## Task prompt
Show every line below where "join" can be found.
====
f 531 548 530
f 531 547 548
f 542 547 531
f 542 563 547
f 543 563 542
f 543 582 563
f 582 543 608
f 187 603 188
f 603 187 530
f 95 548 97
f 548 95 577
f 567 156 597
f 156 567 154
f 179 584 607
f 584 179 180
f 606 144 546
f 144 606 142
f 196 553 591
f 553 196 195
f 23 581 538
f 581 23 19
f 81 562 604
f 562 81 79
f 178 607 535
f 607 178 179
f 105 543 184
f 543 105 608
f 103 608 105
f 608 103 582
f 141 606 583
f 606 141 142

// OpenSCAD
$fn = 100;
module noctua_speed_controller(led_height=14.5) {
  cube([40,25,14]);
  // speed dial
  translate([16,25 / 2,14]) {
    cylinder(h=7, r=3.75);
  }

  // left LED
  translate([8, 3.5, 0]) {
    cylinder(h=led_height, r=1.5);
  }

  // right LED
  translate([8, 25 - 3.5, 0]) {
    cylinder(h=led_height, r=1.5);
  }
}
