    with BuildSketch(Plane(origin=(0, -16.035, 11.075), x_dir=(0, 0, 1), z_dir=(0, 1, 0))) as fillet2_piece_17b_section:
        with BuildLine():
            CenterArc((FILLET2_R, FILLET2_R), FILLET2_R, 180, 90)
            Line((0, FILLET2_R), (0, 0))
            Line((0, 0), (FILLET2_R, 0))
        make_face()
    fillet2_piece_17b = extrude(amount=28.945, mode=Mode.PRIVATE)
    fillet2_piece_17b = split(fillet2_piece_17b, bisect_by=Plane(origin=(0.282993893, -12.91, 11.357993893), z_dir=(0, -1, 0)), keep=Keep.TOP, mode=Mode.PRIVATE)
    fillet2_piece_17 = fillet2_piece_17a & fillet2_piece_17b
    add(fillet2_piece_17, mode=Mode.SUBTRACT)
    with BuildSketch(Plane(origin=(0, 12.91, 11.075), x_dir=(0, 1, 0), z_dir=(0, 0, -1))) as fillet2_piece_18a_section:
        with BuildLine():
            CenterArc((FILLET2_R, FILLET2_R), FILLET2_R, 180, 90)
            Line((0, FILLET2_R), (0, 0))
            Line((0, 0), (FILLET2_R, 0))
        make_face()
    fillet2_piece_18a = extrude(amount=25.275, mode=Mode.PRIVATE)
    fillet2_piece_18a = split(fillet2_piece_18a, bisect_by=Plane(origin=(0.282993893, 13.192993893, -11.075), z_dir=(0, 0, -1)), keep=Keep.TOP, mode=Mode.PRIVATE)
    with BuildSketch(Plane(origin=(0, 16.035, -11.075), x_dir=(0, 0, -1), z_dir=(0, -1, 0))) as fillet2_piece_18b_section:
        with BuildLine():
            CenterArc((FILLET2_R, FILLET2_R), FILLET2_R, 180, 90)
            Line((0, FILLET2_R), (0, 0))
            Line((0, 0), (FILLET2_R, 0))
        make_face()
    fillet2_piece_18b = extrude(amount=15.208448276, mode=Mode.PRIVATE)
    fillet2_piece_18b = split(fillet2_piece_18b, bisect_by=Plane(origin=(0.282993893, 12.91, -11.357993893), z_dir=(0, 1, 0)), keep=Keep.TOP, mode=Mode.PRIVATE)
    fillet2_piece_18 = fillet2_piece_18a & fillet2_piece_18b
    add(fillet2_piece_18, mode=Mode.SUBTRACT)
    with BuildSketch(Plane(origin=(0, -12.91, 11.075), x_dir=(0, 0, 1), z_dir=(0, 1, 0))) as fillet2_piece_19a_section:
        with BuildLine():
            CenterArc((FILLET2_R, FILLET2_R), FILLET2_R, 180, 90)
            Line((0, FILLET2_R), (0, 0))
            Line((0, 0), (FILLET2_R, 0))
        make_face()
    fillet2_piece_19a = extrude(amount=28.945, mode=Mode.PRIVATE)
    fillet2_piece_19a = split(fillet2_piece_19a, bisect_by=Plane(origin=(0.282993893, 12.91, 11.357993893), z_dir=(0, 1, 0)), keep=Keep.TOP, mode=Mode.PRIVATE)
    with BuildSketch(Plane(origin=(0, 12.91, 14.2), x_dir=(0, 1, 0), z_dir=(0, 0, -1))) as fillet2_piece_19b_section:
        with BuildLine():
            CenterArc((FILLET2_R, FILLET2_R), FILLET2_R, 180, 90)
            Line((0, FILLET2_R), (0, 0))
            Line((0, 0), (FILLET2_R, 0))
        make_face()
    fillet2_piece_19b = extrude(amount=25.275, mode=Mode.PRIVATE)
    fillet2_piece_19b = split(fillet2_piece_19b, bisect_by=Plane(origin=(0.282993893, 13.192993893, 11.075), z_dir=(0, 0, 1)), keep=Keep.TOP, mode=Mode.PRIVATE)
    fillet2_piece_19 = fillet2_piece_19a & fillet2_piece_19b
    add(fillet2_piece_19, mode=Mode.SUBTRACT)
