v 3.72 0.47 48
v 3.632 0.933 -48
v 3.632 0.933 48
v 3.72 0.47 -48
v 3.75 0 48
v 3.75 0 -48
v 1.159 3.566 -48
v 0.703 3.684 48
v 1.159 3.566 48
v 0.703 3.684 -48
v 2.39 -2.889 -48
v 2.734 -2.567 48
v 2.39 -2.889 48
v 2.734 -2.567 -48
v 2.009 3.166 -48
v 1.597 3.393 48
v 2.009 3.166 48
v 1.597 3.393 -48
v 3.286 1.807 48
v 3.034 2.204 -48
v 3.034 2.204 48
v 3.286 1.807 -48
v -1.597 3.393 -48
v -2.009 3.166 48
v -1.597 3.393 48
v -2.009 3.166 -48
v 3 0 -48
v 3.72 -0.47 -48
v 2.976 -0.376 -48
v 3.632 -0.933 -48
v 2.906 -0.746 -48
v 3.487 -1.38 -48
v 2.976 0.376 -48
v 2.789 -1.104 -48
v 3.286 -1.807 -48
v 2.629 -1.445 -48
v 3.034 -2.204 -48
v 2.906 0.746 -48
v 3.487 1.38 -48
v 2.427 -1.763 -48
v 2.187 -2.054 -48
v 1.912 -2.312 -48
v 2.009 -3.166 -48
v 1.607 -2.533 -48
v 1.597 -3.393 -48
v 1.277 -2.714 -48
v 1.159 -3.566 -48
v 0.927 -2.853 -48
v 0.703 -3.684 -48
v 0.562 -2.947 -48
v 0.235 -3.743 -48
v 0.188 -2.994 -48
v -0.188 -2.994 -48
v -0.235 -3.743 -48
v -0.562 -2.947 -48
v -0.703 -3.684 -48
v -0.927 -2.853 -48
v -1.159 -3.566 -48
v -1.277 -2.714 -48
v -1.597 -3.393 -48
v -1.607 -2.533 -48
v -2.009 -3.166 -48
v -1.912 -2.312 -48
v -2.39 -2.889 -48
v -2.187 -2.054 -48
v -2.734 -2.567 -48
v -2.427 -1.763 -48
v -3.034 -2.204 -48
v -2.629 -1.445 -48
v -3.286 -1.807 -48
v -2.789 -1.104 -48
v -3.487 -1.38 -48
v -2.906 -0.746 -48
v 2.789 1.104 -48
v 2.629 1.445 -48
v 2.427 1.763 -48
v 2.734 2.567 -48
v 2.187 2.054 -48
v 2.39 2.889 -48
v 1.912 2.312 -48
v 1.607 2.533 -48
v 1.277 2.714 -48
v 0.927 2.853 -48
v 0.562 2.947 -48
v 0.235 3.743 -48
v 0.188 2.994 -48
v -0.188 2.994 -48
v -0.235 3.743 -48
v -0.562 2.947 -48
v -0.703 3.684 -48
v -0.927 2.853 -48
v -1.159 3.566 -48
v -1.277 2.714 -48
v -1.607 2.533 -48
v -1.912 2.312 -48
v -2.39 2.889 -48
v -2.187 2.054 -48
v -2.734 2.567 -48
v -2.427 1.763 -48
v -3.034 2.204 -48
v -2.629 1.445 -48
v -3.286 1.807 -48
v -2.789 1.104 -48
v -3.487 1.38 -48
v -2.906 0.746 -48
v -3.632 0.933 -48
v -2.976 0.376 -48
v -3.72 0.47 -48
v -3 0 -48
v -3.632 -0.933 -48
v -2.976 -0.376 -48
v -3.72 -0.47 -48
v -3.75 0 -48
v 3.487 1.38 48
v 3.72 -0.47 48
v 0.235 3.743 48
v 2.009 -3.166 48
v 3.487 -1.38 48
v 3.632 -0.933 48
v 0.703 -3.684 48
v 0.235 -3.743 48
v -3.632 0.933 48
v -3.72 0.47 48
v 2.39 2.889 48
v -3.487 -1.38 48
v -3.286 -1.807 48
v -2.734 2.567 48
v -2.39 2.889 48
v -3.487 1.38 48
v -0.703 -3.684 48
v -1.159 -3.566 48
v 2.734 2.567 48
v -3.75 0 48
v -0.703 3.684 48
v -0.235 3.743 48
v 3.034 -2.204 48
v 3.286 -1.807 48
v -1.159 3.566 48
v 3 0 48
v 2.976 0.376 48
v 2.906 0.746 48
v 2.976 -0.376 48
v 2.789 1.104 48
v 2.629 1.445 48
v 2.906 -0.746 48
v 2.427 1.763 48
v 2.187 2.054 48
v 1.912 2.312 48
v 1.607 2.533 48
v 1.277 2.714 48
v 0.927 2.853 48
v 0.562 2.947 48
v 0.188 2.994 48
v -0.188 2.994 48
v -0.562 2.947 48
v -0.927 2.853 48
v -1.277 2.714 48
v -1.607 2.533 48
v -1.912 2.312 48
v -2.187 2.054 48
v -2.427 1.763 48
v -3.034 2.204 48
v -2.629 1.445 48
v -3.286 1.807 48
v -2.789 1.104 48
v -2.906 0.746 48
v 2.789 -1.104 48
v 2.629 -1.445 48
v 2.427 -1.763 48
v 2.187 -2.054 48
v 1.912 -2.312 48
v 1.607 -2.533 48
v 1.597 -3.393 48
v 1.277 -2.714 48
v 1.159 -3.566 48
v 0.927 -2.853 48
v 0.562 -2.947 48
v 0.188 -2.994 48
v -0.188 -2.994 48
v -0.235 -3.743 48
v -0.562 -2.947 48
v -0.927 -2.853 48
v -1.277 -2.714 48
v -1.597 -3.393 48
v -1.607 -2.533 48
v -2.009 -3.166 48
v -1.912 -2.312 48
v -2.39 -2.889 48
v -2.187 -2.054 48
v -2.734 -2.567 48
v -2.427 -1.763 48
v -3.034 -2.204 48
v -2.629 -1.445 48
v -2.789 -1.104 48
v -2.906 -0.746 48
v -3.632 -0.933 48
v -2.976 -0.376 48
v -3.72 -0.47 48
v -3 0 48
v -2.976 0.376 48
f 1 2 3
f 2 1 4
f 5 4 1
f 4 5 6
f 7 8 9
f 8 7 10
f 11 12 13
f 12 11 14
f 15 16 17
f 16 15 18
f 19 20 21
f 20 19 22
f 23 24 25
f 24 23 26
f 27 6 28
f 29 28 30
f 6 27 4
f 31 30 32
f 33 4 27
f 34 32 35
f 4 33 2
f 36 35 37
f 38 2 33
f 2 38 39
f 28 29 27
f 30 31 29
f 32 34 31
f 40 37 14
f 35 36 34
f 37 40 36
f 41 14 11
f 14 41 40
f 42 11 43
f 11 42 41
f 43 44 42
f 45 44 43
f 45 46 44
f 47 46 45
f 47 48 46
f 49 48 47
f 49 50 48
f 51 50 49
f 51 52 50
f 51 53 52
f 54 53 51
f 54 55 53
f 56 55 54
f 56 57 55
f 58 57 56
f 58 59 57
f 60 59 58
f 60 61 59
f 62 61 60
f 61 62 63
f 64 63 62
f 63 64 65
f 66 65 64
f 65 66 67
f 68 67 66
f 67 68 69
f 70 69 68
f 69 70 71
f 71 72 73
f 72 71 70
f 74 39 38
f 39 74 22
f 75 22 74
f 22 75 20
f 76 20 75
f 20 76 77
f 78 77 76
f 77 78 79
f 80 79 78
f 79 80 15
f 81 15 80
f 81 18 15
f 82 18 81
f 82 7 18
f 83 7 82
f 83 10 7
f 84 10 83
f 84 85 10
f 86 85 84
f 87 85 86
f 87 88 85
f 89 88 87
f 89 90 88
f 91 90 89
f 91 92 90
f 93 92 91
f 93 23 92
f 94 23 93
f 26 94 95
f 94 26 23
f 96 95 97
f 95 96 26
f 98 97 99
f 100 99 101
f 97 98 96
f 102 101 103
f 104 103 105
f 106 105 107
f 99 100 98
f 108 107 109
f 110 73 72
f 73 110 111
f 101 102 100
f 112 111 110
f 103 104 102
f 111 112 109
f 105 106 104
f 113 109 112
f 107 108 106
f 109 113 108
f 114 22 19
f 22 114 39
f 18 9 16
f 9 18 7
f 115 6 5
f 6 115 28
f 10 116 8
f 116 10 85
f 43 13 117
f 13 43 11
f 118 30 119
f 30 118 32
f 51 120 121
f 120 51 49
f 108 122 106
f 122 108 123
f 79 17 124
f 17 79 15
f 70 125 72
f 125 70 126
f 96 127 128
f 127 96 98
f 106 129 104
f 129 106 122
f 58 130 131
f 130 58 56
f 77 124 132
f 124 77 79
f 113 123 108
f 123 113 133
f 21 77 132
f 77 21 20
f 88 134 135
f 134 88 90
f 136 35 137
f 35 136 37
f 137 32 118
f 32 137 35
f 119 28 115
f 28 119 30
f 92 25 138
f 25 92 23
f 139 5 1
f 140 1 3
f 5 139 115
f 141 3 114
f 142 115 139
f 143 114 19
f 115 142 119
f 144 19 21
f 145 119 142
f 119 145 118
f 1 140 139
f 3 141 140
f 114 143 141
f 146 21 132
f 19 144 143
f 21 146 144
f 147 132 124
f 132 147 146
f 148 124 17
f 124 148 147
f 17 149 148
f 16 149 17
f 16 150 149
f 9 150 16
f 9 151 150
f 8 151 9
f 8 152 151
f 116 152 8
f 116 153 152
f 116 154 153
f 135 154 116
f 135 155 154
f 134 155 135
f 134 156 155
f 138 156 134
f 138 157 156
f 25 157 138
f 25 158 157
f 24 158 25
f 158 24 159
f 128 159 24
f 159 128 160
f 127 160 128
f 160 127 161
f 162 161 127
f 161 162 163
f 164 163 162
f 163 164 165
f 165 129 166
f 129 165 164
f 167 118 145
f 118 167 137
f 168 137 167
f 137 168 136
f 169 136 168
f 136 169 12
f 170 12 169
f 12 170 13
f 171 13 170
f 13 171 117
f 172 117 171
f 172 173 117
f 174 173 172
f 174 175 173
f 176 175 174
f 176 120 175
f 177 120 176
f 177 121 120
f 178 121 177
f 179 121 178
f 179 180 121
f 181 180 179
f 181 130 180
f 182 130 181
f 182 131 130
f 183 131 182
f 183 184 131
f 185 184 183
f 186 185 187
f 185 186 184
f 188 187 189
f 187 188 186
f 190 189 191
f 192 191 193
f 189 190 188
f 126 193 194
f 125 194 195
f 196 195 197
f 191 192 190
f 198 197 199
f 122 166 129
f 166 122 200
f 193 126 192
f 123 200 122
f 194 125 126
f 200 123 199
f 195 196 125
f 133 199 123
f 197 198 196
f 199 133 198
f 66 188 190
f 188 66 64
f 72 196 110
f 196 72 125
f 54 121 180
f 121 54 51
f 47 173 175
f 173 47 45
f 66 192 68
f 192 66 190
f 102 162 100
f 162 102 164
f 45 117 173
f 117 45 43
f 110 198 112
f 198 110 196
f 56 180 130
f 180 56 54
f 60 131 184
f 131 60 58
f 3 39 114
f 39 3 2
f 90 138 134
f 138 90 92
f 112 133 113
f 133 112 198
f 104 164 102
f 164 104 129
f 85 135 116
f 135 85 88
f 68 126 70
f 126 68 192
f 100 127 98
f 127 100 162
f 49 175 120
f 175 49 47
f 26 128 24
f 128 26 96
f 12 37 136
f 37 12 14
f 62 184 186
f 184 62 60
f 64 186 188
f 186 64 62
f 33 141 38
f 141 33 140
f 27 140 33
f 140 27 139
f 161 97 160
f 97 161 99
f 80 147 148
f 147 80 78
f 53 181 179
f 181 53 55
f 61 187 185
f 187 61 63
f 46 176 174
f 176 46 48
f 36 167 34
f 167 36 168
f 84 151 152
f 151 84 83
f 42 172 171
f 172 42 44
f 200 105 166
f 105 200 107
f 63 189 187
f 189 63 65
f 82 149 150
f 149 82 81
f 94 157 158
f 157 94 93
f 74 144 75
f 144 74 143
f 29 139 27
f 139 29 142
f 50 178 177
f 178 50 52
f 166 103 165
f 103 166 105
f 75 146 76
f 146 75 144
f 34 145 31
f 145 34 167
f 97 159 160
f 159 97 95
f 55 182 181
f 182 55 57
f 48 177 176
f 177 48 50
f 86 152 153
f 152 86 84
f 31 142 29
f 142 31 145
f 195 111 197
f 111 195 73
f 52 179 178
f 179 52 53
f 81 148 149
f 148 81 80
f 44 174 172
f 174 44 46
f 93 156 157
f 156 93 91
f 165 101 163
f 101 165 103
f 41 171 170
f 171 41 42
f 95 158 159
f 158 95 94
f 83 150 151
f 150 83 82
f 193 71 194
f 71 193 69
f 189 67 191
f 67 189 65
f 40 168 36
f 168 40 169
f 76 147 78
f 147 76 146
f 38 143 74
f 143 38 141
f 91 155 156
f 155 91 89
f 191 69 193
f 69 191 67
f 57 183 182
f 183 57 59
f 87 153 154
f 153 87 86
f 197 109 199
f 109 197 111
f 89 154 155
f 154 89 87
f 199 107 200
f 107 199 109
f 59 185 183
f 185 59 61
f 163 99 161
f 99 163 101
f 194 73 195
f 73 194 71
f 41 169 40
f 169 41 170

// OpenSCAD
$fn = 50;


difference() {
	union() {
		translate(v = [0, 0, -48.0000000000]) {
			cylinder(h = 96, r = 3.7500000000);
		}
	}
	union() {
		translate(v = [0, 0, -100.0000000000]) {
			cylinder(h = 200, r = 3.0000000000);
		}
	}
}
====
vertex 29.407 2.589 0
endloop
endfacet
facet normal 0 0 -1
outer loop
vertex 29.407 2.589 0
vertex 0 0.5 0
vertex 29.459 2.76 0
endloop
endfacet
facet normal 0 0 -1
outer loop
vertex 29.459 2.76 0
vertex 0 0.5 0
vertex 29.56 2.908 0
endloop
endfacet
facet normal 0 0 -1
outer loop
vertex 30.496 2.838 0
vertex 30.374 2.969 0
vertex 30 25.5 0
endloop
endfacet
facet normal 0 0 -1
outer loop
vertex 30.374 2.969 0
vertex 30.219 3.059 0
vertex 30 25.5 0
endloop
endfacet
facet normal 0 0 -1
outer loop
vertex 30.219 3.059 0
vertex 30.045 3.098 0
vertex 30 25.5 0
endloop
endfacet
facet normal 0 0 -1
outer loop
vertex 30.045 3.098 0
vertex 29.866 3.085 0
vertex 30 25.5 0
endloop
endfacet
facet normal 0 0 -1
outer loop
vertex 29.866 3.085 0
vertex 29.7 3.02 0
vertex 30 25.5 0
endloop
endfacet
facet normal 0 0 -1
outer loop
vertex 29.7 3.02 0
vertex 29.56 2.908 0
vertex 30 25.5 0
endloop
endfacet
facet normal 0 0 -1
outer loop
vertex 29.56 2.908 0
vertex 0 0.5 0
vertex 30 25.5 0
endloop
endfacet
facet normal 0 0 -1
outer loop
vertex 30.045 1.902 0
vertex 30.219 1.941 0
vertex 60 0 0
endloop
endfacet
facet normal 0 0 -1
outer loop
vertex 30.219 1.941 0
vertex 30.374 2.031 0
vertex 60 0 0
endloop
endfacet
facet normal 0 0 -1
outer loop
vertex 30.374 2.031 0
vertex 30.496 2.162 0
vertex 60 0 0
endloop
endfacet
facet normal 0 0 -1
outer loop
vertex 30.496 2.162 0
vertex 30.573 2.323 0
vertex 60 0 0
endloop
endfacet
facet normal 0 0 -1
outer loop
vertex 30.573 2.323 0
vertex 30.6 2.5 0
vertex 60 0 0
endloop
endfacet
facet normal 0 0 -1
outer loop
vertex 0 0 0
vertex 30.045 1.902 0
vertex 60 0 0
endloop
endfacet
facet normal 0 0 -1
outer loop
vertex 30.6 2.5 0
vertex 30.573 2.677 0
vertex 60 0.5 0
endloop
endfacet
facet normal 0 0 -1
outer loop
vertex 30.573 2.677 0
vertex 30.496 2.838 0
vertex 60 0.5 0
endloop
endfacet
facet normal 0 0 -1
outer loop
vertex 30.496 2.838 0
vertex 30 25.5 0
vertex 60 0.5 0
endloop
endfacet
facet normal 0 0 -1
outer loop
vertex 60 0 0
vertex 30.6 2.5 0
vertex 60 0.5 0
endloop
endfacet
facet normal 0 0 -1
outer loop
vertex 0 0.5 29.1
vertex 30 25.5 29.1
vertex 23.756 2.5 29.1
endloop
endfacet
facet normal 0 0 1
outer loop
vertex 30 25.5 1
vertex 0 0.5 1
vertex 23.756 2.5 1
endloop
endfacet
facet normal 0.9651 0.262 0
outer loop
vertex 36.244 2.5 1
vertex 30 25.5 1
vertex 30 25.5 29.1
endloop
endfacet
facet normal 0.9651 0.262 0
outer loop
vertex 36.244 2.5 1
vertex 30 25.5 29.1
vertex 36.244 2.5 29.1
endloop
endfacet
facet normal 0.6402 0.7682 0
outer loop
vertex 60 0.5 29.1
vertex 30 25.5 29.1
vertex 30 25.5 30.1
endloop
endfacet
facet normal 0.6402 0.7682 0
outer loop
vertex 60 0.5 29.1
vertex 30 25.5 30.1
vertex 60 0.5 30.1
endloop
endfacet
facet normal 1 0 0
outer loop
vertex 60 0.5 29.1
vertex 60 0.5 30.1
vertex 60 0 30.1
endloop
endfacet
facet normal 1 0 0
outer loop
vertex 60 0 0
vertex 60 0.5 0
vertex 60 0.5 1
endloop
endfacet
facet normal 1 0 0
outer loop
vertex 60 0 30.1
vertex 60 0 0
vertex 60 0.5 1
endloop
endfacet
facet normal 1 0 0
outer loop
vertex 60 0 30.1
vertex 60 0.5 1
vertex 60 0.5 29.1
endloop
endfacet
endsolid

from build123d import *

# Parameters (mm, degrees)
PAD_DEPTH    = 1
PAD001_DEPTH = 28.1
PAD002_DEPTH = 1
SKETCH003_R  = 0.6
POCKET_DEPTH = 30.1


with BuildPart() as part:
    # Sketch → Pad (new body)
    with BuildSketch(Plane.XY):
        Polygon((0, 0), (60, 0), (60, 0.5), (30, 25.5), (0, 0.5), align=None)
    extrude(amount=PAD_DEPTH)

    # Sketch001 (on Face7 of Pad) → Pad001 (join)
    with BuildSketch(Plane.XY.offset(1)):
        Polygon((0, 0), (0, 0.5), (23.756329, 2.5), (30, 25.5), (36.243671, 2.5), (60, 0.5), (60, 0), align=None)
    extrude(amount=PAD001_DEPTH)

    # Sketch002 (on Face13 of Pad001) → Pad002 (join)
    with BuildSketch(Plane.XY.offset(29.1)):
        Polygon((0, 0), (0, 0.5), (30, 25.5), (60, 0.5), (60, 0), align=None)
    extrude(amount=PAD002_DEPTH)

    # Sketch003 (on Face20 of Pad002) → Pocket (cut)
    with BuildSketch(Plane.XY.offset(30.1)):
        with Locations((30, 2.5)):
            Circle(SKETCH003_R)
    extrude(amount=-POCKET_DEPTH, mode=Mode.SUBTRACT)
====
## Task result
    # Sketch001 (on Face7 of Pad) → Pad001 (join)
    # Sketch002 (on Face13 of Pad001) → Pad002 (join)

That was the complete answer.